The fact of the matter is that all autoindexing algorithms give you is a
unit cell, and that is just six numbers. The cell dimensions generally
allow you to EXCLUDE a great many symmetry operations, but they can
never really INFER symmetry. Except, of course, in the special case
where all three angles of the reduced cell are not 90 (or 60) degrees,
then the only possible space group is P1. On the other hand, it is
perfectly possible to have P1 symmetry with all three cell edges the
same length and all angles 90 degrees. It just isn't very likely (in
the posterior probability sense). This is why MOSFLM and other
autoindexing programs pick the highest-symmetry lattice and give you a
space group consistent with that lattice, even though there are plenty
of other possibilities. This is why you should always take the space
group that comes out of autoindexing with a grain of salt. Do NOT make
the mistake of classifying your crystals by the result of autoindexing
alone!
Something similar is true for point groups. A high Rsym for a given
symmetry operator (like you will see in the output of pointless) means
that there is NO WAY that the given symmetry operation is part of the
space group. A low Rsym, however, does not mean that you have a given
symmetry. Could always be some kind of twinning or
nearly-crystallographic NCS (NCNCS?). Twinning is relatively rare, and
gets increasingly rare as you get into the non-merohedral stuff, but it
is always a possibility. Yes, intensity statistics can tell you
something is twinned, but if you have just the right mixture of twinning
and pseudotranslation, then the twinning can go undetected. So, in
general, you can always have _less_ symmetry than you think, but proving
the existence of a symmetry operation is hard.
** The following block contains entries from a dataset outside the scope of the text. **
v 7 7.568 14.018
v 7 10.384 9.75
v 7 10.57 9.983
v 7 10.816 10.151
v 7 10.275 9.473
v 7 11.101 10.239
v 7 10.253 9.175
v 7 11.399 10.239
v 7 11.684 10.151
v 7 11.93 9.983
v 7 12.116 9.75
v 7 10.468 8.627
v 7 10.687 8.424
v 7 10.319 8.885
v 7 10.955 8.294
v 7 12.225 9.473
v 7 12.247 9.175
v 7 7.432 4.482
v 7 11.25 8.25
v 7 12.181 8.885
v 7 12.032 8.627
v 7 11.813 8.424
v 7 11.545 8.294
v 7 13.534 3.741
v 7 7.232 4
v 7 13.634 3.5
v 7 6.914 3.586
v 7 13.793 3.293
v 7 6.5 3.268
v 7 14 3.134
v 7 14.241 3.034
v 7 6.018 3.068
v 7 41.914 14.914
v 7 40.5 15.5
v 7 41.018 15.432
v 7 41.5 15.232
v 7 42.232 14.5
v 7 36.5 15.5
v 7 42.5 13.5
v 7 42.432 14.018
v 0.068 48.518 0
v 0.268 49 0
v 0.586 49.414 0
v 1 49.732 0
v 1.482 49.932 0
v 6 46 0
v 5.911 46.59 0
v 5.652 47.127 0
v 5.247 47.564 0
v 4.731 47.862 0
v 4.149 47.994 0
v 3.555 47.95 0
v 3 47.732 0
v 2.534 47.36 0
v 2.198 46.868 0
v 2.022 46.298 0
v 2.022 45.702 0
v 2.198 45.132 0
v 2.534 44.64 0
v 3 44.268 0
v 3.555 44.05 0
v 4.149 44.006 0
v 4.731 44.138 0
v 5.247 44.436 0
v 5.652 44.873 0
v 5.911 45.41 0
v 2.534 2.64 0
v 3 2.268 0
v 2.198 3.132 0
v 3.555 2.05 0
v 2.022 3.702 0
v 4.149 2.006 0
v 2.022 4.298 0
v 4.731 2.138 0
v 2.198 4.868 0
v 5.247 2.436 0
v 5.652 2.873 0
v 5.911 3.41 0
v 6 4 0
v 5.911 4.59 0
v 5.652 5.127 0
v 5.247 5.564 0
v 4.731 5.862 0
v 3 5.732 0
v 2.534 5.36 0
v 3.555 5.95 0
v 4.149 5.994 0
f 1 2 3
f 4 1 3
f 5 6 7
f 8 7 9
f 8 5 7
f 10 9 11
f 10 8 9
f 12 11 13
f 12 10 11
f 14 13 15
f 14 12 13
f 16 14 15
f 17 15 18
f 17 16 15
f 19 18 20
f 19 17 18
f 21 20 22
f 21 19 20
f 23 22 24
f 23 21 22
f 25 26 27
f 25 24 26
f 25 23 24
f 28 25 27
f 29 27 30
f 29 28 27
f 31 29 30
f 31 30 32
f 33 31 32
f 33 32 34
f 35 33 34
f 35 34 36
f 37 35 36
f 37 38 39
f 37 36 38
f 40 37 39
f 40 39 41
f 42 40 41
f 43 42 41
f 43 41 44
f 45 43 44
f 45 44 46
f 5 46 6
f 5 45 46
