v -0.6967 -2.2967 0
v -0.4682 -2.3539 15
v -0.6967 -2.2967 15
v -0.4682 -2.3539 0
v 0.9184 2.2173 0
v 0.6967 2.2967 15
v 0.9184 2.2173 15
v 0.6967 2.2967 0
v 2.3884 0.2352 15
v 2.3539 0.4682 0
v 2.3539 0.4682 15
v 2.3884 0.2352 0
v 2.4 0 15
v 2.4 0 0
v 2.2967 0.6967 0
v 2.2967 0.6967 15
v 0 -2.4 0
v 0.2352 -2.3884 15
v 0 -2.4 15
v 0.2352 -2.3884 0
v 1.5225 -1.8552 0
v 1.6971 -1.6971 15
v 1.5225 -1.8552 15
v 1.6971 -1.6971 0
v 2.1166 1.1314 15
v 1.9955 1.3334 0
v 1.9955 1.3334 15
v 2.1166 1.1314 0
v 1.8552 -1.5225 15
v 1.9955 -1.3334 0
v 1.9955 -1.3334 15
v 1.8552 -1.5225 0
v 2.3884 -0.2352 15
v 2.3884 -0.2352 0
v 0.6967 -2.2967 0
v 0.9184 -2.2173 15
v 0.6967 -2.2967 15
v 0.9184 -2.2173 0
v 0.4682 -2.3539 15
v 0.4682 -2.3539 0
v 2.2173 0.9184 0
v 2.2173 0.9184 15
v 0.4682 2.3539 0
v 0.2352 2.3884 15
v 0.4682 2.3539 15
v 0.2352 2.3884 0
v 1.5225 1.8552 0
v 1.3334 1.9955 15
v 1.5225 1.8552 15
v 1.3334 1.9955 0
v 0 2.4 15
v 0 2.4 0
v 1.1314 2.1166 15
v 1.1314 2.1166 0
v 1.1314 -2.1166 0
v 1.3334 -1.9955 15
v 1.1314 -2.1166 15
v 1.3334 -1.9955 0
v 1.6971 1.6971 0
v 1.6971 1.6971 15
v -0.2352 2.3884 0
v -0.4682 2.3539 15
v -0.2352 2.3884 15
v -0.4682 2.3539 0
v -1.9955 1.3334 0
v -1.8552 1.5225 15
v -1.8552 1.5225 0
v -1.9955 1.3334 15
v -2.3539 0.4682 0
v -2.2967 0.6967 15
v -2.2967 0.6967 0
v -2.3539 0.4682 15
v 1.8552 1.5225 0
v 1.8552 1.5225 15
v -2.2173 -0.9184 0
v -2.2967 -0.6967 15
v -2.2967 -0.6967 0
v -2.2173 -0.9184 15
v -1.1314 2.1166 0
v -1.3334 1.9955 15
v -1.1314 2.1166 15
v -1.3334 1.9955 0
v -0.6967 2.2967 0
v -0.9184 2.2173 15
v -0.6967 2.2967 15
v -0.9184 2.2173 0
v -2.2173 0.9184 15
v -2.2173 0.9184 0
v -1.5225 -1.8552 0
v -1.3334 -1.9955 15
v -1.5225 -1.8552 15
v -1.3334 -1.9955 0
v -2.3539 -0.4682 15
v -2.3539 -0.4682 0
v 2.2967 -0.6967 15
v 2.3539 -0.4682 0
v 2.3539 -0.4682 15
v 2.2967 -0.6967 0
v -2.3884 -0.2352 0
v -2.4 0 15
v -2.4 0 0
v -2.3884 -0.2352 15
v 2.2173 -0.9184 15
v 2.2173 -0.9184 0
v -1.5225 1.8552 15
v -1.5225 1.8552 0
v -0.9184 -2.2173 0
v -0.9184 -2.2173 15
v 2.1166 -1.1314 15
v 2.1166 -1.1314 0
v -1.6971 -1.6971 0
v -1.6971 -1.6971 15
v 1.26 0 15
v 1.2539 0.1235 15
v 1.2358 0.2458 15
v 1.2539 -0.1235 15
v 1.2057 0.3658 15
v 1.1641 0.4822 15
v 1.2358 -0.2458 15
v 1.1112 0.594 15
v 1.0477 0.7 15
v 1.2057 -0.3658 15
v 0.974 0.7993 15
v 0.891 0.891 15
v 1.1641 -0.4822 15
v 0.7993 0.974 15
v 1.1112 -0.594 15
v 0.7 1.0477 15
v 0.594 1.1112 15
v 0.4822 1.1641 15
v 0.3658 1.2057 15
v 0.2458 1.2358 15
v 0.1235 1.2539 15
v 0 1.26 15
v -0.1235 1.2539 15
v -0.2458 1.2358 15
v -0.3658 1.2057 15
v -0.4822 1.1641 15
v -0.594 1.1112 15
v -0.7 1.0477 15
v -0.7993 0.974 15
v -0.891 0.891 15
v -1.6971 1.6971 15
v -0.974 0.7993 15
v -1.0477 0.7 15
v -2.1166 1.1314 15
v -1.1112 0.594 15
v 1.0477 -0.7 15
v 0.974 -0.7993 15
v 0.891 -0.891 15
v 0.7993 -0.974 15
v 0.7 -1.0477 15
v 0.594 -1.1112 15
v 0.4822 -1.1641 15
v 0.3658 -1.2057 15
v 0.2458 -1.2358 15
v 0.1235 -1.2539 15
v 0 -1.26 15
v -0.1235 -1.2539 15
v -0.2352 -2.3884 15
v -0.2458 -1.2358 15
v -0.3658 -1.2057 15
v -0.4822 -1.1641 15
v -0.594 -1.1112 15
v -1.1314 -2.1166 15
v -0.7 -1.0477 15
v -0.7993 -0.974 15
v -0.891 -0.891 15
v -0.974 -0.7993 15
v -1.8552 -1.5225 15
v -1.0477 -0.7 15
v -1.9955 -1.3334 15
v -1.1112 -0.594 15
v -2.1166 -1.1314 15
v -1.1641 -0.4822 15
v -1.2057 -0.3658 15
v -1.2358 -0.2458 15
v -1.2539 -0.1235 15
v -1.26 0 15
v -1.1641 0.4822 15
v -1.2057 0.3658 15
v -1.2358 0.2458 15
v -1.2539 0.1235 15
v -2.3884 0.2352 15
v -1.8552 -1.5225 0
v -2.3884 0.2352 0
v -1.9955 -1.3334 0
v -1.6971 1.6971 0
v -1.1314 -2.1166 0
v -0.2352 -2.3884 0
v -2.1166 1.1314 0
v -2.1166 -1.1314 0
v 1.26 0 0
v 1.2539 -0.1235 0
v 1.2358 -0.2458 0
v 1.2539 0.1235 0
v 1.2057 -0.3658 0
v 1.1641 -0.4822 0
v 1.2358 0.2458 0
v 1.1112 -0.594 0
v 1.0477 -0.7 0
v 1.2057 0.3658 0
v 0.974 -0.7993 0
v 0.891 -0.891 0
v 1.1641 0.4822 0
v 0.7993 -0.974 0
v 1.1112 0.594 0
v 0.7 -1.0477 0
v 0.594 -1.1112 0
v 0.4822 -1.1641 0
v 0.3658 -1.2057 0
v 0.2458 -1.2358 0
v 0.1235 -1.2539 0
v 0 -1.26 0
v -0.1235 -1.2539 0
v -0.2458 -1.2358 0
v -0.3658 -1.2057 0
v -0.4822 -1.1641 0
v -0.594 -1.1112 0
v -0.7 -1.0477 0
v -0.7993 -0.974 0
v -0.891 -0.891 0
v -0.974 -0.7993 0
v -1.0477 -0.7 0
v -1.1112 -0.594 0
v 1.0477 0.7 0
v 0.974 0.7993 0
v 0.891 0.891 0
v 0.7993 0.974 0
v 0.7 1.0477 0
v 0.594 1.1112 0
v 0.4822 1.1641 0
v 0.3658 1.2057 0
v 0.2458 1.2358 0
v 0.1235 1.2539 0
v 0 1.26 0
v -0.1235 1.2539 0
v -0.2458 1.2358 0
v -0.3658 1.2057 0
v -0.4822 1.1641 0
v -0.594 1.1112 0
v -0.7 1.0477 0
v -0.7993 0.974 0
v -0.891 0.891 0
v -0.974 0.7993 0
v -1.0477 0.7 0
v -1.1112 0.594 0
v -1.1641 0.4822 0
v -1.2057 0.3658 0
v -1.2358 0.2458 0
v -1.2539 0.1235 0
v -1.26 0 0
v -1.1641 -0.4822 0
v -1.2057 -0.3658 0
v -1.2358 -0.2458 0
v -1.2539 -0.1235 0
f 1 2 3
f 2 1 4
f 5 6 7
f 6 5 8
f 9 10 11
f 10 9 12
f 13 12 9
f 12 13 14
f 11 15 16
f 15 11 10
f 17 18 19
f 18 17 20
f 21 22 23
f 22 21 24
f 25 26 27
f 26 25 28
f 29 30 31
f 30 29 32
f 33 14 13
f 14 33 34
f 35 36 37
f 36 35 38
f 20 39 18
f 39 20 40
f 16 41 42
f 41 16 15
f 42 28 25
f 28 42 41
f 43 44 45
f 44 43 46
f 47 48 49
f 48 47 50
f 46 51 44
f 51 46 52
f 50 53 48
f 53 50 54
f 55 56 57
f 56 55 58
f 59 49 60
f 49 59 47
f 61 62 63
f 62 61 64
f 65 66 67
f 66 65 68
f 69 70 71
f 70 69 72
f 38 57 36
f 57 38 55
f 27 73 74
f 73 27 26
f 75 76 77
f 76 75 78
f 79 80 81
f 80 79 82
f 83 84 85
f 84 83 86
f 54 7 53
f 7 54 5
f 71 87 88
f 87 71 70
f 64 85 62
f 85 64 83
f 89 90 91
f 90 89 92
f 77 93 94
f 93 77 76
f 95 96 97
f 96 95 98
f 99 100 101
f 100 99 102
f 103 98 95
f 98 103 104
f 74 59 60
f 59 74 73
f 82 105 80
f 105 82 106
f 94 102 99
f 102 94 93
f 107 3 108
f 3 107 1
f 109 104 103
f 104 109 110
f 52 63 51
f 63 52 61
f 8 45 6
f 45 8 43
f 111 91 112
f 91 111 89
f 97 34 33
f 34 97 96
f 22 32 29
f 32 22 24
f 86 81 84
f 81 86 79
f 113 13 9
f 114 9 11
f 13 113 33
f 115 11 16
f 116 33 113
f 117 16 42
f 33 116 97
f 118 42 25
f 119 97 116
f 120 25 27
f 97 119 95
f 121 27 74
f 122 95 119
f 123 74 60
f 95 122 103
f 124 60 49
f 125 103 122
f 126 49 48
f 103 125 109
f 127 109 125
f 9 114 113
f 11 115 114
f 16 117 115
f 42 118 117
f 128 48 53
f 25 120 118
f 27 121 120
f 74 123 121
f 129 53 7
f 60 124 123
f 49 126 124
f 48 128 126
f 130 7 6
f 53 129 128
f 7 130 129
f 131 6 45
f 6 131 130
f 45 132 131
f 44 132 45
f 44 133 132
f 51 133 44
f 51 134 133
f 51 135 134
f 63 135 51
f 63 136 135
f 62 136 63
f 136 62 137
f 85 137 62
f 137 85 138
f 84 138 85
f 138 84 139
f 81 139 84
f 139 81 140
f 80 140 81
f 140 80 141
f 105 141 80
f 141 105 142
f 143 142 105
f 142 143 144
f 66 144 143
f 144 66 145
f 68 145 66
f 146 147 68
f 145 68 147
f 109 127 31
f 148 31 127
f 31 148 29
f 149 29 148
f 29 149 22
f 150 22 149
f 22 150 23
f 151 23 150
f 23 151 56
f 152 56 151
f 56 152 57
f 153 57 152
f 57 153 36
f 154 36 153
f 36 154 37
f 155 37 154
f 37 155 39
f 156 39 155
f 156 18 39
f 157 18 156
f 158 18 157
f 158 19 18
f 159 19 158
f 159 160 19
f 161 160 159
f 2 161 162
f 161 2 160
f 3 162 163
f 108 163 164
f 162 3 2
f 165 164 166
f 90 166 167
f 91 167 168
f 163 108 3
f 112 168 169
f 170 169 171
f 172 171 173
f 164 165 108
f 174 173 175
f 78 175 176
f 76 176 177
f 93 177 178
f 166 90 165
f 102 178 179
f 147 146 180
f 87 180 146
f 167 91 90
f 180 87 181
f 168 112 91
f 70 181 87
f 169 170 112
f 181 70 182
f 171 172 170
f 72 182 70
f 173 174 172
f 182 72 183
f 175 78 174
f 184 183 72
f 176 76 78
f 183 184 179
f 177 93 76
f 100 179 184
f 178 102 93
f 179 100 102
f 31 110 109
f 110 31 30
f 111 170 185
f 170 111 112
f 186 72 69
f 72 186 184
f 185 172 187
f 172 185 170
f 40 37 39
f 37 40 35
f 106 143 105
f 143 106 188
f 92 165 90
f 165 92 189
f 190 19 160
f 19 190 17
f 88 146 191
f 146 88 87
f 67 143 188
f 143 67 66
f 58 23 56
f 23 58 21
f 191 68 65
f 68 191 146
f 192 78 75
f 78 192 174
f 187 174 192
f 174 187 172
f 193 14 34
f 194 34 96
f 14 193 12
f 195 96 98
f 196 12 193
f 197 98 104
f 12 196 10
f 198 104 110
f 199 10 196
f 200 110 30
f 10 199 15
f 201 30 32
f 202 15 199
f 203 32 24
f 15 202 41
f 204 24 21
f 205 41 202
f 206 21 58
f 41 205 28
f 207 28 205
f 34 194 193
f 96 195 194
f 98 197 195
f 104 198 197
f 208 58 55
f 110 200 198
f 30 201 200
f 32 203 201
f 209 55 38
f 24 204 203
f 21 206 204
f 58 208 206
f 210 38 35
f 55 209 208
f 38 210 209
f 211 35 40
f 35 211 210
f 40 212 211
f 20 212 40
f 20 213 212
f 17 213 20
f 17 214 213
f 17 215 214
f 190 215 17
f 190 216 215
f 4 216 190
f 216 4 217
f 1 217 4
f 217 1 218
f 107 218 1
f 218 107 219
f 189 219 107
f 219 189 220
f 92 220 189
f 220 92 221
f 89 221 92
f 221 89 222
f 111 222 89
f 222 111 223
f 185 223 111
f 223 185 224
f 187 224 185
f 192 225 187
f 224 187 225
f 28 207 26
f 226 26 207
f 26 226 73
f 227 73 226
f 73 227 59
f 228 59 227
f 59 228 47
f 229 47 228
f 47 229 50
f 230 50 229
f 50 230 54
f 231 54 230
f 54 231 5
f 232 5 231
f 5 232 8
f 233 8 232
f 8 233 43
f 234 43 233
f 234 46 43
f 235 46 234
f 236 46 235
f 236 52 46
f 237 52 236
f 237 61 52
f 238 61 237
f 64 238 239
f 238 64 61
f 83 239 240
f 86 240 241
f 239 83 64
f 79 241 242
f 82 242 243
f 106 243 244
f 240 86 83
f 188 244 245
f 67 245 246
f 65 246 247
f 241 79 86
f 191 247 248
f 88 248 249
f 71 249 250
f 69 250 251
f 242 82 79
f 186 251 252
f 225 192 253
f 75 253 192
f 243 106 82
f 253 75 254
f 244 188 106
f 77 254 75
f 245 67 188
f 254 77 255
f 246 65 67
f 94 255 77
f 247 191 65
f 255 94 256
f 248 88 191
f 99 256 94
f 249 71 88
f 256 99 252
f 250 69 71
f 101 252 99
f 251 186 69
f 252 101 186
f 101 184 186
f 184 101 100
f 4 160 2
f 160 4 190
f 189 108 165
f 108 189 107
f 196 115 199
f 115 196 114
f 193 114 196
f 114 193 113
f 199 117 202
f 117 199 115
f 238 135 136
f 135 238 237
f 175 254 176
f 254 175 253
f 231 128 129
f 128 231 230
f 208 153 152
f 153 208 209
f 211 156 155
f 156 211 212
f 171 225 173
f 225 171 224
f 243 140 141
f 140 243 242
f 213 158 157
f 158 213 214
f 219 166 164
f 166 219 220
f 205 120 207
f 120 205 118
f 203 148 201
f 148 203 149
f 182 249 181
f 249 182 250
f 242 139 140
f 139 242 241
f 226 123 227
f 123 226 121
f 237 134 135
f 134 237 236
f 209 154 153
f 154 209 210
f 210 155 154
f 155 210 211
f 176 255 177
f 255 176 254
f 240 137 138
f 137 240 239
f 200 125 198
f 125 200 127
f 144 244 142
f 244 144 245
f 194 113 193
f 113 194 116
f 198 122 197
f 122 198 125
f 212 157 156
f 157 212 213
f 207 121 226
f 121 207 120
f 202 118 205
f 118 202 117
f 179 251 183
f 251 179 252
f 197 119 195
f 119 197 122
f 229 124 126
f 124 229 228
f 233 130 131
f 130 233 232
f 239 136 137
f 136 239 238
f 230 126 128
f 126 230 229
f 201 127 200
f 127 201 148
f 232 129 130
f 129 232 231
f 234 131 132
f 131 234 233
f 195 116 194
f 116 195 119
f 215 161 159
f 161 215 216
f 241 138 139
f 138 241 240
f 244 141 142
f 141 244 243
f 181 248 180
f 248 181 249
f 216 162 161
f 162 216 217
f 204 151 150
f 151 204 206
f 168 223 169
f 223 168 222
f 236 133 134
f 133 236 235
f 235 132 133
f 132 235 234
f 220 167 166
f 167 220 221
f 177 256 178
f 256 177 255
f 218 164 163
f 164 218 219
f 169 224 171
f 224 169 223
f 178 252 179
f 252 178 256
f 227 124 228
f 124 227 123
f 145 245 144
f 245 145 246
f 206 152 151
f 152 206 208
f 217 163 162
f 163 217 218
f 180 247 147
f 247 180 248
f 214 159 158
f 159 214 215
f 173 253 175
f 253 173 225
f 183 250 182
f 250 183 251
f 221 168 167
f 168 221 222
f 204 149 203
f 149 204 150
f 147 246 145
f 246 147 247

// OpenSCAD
difference() {
    cylinder(r=2.4, h=15, $fn=64);
    cylinder(r=1.26, h=15, $fn=64);
}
Space groups, or narrowing down the screw vs rotation nature of various
axes generally requires phasing and looking at a map. The one with
right-handed alpha helices is the correct one. Yes, there are plenty of
tricks like systematic absences, native Pattersons and the like but
there are a lot of false positives and false negatives possible with
each of these. In fact, you tend to throw out more rejects in scaling
than you ever have observations of systematic absences, so why trust
those absent spots so much? In fact, sometimes you need to even go
all the way to the end of refinement to settle the space group. It is
possible to get stuck with R/Rfree too high because the crystal very
slightly violates the symmetry you think it has. (NCNCS again)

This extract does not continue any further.